So how does this relate to depersonalization?

This is where the polyvagal theory comes in. Basically polygaval theory says the main conduit of the CNS, known as the vagus nerve, is comprised of a few main systems that stem from different parts of the brain and all intermix to promote various levels of stimulus and relaxation depending on a vast array of environmental signals and social circumstances but that the root of everything is safety. As long as mammals get signals from their environment that their lives are not in danger they can really give their nervous system a go for all sorts of activities including sex, play, socialization, sleep, feeding, you name it. But if they feel threatened in some way a whole different set of nervous system wiring kicks in and won't let go until it again gets signals it's safe. But the key here is that though there's overlap with the wiring, these two systems cannot be fundamentally active at the same time in equal proportion. Evolution designed our nervous system to either heal, grow and thrive or channel all our biological recourses into staying alive and escaping danger via fight, flight, freeze or feign. So while you may be anxious as hell and still talk to people in an entirely safe environment, the fact remains your body feels unsafe and thus so does your nervous system, which is really all that matters.

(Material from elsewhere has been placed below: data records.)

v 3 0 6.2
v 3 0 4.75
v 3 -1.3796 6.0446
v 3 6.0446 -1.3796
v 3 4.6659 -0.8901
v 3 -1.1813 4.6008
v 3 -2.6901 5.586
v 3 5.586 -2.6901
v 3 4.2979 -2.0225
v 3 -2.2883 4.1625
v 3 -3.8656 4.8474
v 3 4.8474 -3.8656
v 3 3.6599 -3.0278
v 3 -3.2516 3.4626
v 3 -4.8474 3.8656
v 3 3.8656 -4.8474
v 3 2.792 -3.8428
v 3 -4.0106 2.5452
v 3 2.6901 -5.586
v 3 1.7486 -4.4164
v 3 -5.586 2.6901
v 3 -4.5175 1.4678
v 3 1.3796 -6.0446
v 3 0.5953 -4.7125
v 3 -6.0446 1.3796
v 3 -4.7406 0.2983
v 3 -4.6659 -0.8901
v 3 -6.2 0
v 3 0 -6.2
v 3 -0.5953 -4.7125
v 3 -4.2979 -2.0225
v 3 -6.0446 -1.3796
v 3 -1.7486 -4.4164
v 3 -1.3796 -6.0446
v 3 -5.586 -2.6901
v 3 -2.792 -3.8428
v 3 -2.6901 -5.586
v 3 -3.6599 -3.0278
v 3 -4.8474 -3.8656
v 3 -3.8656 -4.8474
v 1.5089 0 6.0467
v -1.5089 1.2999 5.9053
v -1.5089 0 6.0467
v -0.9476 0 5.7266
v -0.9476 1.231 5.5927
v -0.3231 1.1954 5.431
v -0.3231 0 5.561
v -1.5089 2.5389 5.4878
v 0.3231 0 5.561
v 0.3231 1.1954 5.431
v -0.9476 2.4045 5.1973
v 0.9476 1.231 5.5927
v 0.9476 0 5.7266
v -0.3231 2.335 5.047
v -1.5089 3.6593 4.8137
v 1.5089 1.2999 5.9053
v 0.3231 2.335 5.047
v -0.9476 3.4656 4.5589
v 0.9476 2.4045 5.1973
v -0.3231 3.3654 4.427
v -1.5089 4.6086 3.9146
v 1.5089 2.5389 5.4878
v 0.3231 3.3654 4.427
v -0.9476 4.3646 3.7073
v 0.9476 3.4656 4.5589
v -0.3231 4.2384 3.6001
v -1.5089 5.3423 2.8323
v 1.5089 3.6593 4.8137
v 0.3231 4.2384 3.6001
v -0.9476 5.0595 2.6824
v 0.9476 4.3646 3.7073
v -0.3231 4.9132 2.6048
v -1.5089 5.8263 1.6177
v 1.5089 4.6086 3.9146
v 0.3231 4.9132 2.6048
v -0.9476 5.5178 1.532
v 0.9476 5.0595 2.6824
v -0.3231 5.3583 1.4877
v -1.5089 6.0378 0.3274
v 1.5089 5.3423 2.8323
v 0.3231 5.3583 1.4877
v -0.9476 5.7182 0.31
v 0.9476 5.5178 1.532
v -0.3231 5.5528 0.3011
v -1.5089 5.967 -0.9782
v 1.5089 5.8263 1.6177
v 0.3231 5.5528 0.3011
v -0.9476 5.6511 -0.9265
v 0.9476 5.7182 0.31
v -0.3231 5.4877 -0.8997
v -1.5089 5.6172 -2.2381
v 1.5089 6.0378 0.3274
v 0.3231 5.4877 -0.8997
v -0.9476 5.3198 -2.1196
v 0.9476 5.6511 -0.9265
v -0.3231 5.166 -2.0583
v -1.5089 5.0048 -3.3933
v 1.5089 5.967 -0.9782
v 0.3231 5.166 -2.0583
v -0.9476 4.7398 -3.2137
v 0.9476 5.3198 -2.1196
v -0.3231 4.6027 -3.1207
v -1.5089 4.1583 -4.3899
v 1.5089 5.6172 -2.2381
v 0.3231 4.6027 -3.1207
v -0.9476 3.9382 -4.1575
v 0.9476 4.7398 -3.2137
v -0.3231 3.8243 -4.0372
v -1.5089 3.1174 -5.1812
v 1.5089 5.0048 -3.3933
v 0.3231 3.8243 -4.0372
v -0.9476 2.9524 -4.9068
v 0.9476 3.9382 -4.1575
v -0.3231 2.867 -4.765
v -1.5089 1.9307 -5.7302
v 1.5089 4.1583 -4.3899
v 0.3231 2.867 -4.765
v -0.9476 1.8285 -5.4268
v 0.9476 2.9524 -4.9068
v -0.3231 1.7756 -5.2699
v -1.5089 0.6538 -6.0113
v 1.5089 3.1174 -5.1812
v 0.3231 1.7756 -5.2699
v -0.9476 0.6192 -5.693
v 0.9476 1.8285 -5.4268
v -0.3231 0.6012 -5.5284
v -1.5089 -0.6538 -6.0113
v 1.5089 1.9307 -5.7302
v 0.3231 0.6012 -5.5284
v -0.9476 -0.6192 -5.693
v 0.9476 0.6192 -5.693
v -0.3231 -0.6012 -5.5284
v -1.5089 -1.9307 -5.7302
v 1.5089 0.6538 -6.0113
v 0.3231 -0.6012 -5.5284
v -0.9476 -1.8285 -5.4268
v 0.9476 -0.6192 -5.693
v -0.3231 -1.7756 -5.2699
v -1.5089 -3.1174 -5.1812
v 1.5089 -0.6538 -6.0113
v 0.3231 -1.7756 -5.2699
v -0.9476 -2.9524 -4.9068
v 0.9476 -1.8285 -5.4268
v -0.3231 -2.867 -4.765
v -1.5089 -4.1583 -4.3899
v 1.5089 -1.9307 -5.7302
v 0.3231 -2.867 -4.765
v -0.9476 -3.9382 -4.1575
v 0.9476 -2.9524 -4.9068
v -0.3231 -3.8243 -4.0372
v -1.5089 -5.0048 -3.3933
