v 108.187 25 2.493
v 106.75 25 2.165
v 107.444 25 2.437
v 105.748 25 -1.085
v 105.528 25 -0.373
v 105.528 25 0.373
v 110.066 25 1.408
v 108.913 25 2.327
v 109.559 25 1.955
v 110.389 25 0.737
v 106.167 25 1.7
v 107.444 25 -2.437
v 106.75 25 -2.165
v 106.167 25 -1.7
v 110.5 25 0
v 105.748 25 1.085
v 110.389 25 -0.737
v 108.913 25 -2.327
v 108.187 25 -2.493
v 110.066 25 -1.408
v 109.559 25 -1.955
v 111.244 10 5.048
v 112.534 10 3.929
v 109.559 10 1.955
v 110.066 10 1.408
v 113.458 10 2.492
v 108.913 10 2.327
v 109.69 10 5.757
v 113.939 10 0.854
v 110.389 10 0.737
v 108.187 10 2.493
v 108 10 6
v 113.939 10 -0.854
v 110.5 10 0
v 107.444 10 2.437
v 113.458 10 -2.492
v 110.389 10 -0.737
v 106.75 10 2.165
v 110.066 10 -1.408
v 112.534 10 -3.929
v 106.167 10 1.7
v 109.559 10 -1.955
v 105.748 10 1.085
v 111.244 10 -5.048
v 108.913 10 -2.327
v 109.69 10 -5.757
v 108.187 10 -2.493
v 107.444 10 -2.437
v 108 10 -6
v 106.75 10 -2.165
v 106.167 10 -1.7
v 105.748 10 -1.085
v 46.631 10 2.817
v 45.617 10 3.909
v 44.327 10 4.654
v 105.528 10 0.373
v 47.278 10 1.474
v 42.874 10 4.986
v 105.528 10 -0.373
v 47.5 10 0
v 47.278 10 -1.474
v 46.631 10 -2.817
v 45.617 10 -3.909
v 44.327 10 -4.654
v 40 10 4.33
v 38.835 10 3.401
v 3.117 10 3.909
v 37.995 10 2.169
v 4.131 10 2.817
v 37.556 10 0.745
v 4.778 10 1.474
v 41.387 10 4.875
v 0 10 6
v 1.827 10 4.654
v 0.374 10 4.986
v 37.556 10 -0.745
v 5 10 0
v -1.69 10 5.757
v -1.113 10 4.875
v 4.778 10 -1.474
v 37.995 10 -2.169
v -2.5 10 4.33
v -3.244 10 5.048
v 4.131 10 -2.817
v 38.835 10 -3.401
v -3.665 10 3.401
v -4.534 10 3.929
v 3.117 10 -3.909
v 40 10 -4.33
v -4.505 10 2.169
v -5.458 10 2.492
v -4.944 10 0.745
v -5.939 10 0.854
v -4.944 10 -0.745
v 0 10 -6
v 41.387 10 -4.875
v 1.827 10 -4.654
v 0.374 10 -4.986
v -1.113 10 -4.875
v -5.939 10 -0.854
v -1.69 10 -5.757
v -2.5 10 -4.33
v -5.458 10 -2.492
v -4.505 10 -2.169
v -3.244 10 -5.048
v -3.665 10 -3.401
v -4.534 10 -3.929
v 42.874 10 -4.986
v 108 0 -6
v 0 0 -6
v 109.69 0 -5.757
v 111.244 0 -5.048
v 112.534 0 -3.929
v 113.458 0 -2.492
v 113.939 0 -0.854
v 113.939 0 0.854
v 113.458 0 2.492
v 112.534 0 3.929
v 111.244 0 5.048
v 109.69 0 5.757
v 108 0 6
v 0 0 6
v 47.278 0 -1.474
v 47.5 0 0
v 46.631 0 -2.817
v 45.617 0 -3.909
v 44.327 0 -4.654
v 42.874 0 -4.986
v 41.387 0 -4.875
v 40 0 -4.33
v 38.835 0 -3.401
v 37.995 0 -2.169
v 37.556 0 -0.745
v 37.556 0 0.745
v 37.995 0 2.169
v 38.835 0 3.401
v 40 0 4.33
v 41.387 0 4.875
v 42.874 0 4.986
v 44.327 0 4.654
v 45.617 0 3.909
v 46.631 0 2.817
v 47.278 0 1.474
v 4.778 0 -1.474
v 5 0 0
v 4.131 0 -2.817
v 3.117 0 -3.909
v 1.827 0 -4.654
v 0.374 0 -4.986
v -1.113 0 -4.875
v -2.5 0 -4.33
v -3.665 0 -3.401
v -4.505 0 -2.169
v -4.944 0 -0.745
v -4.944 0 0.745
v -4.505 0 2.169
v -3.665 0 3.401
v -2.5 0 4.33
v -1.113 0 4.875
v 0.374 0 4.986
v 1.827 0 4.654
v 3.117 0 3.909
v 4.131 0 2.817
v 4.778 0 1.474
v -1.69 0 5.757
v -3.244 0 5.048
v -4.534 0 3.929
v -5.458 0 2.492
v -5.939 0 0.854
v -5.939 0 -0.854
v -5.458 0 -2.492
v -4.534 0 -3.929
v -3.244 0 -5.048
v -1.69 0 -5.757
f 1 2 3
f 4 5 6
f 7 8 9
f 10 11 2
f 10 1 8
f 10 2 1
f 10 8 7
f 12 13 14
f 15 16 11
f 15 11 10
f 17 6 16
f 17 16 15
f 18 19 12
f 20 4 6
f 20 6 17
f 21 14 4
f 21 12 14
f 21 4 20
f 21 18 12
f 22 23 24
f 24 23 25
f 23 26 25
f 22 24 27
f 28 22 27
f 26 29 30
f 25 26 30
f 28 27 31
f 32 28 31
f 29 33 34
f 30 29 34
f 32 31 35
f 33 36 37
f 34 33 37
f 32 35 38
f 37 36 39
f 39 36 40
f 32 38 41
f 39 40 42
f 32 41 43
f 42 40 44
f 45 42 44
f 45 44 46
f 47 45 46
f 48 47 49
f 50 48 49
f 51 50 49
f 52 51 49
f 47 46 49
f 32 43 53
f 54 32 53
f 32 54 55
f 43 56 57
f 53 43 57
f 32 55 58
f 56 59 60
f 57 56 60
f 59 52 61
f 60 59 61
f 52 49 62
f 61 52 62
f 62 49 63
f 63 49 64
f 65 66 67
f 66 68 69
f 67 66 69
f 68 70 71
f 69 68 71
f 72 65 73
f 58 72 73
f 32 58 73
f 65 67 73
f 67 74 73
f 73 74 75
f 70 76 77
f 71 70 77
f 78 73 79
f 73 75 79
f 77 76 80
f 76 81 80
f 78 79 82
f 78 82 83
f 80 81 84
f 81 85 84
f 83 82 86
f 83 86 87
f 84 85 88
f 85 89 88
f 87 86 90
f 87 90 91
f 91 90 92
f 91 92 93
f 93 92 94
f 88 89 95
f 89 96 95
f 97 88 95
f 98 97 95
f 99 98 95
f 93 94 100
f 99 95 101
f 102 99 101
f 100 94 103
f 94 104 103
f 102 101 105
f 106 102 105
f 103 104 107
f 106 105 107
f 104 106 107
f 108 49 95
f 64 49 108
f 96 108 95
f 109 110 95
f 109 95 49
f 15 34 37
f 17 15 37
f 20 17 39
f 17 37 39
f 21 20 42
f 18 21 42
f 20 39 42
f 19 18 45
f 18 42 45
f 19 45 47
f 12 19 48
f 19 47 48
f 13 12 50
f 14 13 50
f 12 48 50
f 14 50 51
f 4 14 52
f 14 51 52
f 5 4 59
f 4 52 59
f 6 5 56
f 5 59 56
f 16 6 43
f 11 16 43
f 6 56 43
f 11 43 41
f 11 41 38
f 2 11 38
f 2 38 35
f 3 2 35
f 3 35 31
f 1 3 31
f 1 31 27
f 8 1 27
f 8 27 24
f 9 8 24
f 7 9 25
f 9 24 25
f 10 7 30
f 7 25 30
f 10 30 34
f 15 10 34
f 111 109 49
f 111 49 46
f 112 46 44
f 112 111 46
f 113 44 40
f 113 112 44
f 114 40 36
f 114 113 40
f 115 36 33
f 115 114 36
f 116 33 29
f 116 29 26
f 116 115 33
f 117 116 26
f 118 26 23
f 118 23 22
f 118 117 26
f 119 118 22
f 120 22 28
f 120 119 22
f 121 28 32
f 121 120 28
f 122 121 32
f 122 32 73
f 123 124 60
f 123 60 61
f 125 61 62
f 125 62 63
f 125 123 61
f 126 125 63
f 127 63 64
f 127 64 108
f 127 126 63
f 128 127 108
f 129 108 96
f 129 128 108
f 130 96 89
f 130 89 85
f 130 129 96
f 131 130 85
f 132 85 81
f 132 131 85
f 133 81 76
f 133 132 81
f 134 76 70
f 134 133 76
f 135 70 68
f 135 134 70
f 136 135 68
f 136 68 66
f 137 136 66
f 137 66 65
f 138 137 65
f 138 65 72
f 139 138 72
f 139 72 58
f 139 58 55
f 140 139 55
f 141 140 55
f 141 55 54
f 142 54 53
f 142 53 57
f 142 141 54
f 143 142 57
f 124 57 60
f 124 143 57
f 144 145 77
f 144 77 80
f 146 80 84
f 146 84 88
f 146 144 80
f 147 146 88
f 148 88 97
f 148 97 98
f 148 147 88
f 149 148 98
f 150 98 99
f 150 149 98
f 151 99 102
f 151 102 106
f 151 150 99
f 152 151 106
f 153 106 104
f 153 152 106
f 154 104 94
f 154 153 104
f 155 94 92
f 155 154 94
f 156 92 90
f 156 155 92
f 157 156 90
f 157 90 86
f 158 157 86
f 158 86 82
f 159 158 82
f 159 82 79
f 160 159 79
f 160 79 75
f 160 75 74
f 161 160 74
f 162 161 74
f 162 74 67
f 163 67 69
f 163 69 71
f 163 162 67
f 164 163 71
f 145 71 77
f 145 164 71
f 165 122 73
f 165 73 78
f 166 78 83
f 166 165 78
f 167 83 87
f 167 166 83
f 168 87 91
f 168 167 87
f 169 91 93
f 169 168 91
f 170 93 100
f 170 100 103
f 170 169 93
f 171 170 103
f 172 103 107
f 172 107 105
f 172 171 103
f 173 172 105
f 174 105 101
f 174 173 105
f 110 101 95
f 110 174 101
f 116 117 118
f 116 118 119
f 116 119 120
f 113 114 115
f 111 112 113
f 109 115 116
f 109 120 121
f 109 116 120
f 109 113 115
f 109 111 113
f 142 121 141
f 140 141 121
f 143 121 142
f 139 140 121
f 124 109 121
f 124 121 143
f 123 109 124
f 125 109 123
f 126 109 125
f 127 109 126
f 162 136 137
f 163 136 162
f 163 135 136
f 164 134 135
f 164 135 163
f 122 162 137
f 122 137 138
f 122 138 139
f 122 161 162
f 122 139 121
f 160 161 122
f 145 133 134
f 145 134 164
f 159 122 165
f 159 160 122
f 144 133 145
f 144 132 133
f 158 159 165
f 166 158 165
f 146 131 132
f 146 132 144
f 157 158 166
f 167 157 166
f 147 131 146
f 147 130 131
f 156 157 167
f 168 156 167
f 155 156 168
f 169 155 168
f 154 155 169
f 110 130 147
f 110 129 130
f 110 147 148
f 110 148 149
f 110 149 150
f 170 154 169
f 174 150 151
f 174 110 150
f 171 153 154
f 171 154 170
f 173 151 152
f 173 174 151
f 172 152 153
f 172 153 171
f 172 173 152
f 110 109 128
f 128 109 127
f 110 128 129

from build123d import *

# Parameters (mm, degrees)
SKETCH1_R           = 5
BOSS_EXTRUDE1_DEPTH = 10
SKETCH2_R           = 2.5
BOSS_EXTRUDE2_DEPTH = 15


with BuildPart() as part:
    # Sketch1 → Boss-Extrude1 (new body)
    with BuildSketch(Plane(origin=(0, 0, 0), x_dir=(1, 0, 0), z_dir=(0, 1, 0))):
        with BuildLine():
            Line((0, 6), (108, 6))
            ThreePointArc((108, 6), (114, 0), (108, -6))
            Line((108, -6), (0, -6))
            ThreePointArc((0, -6), (-6, 0), (0, 6))
        make_face()
        Circle(SKETCH1_R, mode=Mode.SUBTRACT)
        with Locations((42.5, 0)):
            Circle(SKETCH1_R, mode=Mode.SUBTRACT)
    extrude(amount=BOSS_EXTRUDE1_DEPTH)

    # Sketch2 → Boss-Extrude2 (add)
    with BuildSketch(Plane(origin=(0, 10, 0), x_dir=(1, 0, 0), z_dir=(0, 1, 0))):
        with Locations((108, 0)):
            Circle(SKETCH2_R)
    extrude(amount=BOSS_EXTRUDE2_DEPTH)


solid = part.part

My hypothesis about the root cause of depersonalization, and one I'd argue is fairly well supported by the polyvagal theory, is that some aspect of the fight, flight, freeze or feign nervous system is essentially permanently frozen. To some degree either an event or a long string of powerful events were deemed by the body so dangerous that the "rest and digest" aspect of our nervous system was completely severed, perhaps through neuronal excitotoxicity, perhaps through some kind of hormonal flooding, who knows. All that matters is that we are essentially stuck in "fight of flight." This is also the case with those suffering from PTSD which is why the symptoms of both conditions are so similar in so many ways.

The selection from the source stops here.